------ RECORDS FOR THIS EXERCISE ------
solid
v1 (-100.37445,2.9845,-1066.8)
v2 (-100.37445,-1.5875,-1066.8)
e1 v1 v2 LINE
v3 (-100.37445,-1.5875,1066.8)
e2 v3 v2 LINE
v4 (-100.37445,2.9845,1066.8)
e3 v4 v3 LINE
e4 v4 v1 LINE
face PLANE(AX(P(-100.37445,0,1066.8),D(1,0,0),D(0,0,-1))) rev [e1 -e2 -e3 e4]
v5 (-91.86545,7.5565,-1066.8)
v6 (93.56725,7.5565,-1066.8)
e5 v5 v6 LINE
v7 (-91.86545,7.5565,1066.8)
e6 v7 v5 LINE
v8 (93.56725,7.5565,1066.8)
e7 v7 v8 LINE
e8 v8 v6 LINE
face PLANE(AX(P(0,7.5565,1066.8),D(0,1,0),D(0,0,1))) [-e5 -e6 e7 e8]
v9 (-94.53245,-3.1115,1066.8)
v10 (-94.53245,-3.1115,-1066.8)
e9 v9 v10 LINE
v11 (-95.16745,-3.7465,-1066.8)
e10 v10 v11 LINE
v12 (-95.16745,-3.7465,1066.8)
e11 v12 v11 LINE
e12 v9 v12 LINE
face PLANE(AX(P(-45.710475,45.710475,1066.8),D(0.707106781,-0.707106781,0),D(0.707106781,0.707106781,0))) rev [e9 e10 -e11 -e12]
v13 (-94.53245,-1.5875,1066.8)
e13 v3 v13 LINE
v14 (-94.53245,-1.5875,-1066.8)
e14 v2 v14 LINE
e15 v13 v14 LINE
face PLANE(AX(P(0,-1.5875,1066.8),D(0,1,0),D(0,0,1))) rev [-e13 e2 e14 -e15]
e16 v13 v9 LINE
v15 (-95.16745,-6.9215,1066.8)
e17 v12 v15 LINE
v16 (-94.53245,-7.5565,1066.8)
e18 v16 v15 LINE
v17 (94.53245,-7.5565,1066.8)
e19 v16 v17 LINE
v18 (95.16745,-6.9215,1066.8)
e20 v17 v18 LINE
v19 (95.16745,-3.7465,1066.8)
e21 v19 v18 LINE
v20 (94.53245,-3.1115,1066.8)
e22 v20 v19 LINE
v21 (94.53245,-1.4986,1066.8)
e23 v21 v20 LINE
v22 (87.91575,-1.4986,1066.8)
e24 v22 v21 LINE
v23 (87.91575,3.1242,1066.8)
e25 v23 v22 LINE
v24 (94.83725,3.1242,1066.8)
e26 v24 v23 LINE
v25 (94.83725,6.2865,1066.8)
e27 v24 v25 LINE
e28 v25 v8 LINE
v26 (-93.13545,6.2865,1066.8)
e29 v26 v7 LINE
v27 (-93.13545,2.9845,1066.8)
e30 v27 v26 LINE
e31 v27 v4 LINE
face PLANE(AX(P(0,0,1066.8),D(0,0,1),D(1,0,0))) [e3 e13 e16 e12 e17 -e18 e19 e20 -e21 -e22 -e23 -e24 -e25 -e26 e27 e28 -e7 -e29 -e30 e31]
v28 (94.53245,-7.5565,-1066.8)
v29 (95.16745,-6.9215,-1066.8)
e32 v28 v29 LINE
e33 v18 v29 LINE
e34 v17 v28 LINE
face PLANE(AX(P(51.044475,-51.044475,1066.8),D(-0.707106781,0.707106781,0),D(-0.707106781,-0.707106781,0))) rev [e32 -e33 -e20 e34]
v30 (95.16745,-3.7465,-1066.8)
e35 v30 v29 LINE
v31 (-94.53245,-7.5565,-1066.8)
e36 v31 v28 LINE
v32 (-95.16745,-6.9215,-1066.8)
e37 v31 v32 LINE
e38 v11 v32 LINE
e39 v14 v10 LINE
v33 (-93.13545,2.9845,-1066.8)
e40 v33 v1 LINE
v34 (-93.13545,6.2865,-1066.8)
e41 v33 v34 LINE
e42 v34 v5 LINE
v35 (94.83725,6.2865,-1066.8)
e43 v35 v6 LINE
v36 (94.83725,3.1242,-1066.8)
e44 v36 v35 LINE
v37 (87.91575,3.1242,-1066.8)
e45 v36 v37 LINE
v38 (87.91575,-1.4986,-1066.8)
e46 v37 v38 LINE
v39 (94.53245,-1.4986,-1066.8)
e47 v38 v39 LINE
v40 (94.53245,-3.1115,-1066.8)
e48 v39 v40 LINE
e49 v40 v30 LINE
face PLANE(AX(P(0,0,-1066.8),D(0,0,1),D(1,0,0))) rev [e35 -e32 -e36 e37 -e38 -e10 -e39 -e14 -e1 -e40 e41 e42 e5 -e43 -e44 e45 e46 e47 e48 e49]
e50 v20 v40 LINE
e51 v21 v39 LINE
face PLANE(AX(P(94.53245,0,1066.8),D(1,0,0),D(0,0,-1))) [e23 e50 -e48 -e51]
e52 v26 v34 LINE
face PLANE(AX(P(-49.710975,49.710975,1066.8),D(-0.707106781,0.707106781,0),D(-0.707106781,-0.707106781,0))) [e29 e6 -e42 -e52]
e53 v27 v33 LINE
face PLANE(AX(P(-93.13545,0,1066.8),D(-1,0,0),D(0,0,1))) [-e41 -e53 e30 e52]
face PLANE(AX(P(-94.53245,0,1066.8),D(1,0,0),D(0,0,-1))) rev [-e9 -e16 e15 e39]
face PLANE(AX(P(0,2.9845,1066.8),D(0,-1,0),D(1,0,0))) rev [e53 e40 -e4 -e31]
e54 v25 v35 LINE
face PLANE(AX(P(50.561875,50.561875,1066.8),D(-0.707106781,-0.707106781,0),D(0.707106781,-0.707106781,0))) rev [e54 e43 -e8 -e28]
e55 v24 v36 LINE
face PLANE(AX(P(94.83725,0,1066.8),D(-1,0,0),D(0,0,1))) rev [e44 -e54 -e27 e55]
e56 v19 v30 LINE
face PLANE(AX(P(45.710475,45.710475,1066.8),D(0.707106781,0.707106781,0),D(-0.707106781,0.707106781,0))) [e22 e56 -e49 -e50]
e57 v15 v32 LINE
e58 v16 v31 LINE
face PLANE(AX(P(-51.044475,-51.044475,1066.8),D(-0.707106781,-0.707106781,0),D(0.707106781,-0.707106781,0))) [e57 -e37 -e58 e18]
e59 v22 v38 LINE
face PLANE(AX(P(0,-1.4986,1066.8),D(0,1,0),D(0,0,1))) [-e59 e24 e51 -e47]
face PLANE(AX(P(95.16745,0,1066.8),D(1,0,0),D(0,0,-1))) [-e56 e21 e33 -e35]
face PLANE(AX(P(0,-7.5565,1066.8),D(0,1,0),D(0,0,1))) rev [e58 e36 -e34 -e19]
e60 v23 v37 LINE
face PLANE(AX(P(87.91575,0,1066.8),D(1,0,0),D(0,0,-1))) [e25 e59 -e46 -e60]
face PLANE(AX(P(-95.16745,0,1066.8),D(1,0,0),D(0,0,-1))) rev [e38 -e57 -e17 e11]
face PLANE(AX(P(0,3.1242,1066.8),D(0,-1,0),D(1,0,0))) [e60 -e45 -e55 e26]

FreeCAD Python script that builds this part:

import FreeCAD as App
import Part
import Sketcher
Q = App.Units.Quantity


def add_polygon(sketch, points):
    """Adds a closed chain of lines whose ends are joined by coincident constraints."""
    first, n = sketch.GeometryCount, len(points)
    for a, b in zip(points, points[1:] + points[:1]):
        sketch.addGeometry(Part.LineSegment(App.Vector(*a, 0), App.Vector(*b, 0)), False)
    for i in range(n):
        sketch.addConstraint(Sketcher.Constraint("Coincident", first + i, 2, first + (i + 1) % n, 1))

doc = App.newDocument("Part")
body = doc.addObject("PartDesign::Body", "Body")

sketch1 = doc.addObject("Sketcher::SketchObject", "Sketch")
body.addObject(sketch1)
sketch1.AttachmentSupport = (doc.XY_Plane, [""])
sketch1.MapMode = "FlatFace"
add_polygon(sketch1, [(-93.1, 6.3), (-93.1, 3), (-100.4, 3), (-100.4, -1.6), (-94.5, -1.6), (-94.5, -3.1), (-95.2, -3.7), (-95.2, -6.9), (-94.5, -7.6), (94.5, -7.6), (95.2, -6.9), (95.2, -3.7), (94.5, -3.1), (94.5, -1.5), (87.9, -1.5), (87.9, 3.1), (94.8, 3.1), (94.8, 6.3), (93.6, 7.6), (-91.9, 7.6)])
sketch1.addConstraint([
    Sketcher.Constraint("Vertical", 0),
    Sketcher.Constraint("Horizontal", 1),
    Sketcher.Constraint("Vertical", 2),
    Sketcher.Constraint("Horizontal", 3),
    Sketcher.Constraint("Vertical", 4),
    Sketcher.Constraint("Vertical", 6),
    Sketcher.Constraint("Horizontal", 8),
    Sketcher.Constraint("Vertical", 10),
    Sketcher.Constraint("Vertical", 12),
    Sketcher.Constraint("Horizontal", 13),
    Sketcher.Constraint("Vertical", 14),
    Sketcher.Constraint("Horizontal", 15),
    Sketcher.Constraint("Vertical", 16),
    Sketcher.Constraint("Horizontal", 18),
    Sketcher.Constraint("Symmetric", 6, 2, 9, 2, -2),
    Sketcher.Constraint("Symmetric", 4, 2, 11, 2, -2),
    Sketcher.Constraint("Perpendicular", 5, 7),
    Sketcher.Constraint("Perpendicular", 7, 9),
    Sketcher.Constraint("Perpendicular", 9, 11),
    Sketcher.Constraint("Parallel", 11, 17),
    Sketcher.Constraint("Perpendicular", 17, 19),
    Sketcher.Constraint("Horizontal", 5, 2, 10, 2),
    Sketcher.Constraint("Horizontal", 16, 2, 19, 2),
    Sketcher.Constraint("Vertical", 4, 2, 7, 2),
    Sketcher.Constraint("DistanceX", 3, 1, 3, 2, Q("0.23 in")),
    Sketcher.Constraint("DistanceY", 0, 2, 0, 1, Q("0.13 in")),
    Sketcher.Constraint("DistanceY", 2, 2, 2, 1, Q("0.18 in")),
    Sketcher.Constraint("DistanceY", 4, 2, 4, 1, Q("0.06 in")),
    Sketcher.Constraint("DistanceX", 1, 2, 1, 1, Q("0.285 in")),
    Sketcher.Constraint("DistanceY", 6, 2, 6, 1, Q("0.125 in")),
    Sketcher.Constraint("DistanceY", 14, 1, 14, 2, Q("0.182 in")),
    Sketcher.Constraint("DistanceX", 5, 2, 0, 2, Q("0.08 in")),
    Sketcher.Constraint("DistanceX", 17, 2, 16, 2, Q("0.05 in")),
    Sketcher.Constraint("DistanceX", 8, 1, 8, 2, Q("7.4435 in")),
    Sketcher.Constraint("DistanceX", 13, 2, 13, 1, Q("0.2605 in")),
    Sketcher.Constraint("DistanceX", 15, 1, 15, 2, Q("0.2725 in")),
    Sketcher.Constraint("DistanceY", 12, 1, 12, 2, Q("0.0635 in")),
    Sketcher.Constraint("DistanceY", 2, 2, -1, 1, Q("0.0625 in")),
])
pad1 = doc.addObject("PartDesign::Pad", "Pad")
body.addObject(pad1)
pad1.Profile = sketch1
pad1.Length = Q("84 in")
pad1.Midplane = True

doc.recompute()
------
Your answer should consist of the lines from the line with "v31 (-94.53245,-7.5565,-1066.8)" to the line with "face PLANE(AX(P(95.16745,0,1066.8),D(1,0,0),D(0,0,-1))) [-e56" above, repeated exactly, both ends included.

* [REPLY]
v31 (-94.53245,-7.5565,-1066.8)
e36 v31 v28 LINE
v32 (-95.16745,-6.9215,-1066.8)
e37 v31 v32 LINE
e38 v11 v32 LINE
e39 v14 v10 LINE
v33 (-93.13545,2.9845,-1066.8)
e40 v33 v1 LINE
v34 (-93.13545,6.2865,-1066.8)
e41 v33 v34 LINE
e42 v34 v5 LINE
v35 (94.83725,6.2865,-1066.8)
e43 v35 v6 LINE
v36 (94.83725,3.1242,-1066.8)
e44 v36 v35 LINE
v37 (87.91575,3.1242,-1066.8)
e45 v36 v37 LINE
v38 (87.91575,-1.4986,-1066.8)
e46 v37 v38 LINE
v39 (94.53245,-1.4986,-1066.8)
e47 v38 v39 LINE
v40 (94.53245,-3.1115,-1066.8)
e48 v39 v40 LINE
e49 v40 v30 LINE
face PLANE(AX(P(0,0,-1066.8),D(0,0,1),D(1,0,0))) rev [e35 -e32 -e36 e37 -e38 -e10 -e39 -e14 -e1 -e40 e41 e42 e5 -e43 -e44 e45 e46 e47 e48 e49]
e50 v20 v40 LINE
e51 v21 v39 LINE
face PLANE(AX(P(94.53245,0,1066.8),D(1,0,0),D(0,0,-1))) [e23 e50 -e48 -e51]
e52 v26 v34 LINE
face PLANE(AX(P(-49.710975,49.710975,1066.8),D(-0.707106781,0.707106781,0),D(-0.707106781,-0.707106781,0))) [e29 e6 -e42 -e52]
e53 v27 v33 LINE
face PLANE(AX(P(-93.13545,0,1066.8),D(-1,0,0),D(0,0,1))) [-e41 -e53 e30 e52]
face PLANE(AX(P(-94.53245,0,1066.8),D(1,0,0),D(0,0,-1))) rev [-e9 -e16 e15 e39]
face PLANE(AX(P(0,2.9845,1066.8),D(0,-1,0),D(1,0,0))) rev [e53 e40 -e4 -e31]
e54 v25 v35 LINE
face PLANE(AX(P(50.561875,50.561875,1066.8),D(-0.707106781,-0.707106781,0),D(0.707106781,-0.707106781,0))) rev [e54 e43 -e8 -e28]
e55 v24 v36 LINE
face PLANE(AX(P(94.83725,0,1066.8),D(-1,0,0),D(0,0,1))) rev [e44 -e54 -e27 e55]
e56 v19 v30 LINE
face PLANE(AX(P(45.710475,45.710475,1066.8),D(0.707106781,0.707106781,0),D(-0.707106781,0.707106781,0))) [e22 e56 -e49 -e50]
e57 v15 v32 LINE
e58 v16 v31 LINE
face PLANE(AX(P(-51.044475,-51.044475,1066.8),D(-0.707106781,-0.707106781,0),D(0.707106781,-0.707106781,0))) [e57 -e37 -e58 e18]
e59 v22 v38 LINE
face PLANE(AX(P(0,-1.4986,1066.8),D(0,1,0),D(0,0,1))) [-e59 e24 e51 -e47]
face PLANE(AX(P(95.16745,0,1066.8),D(1,0,0),D(0,0,-1))) [-e56 e21 e33 -e35]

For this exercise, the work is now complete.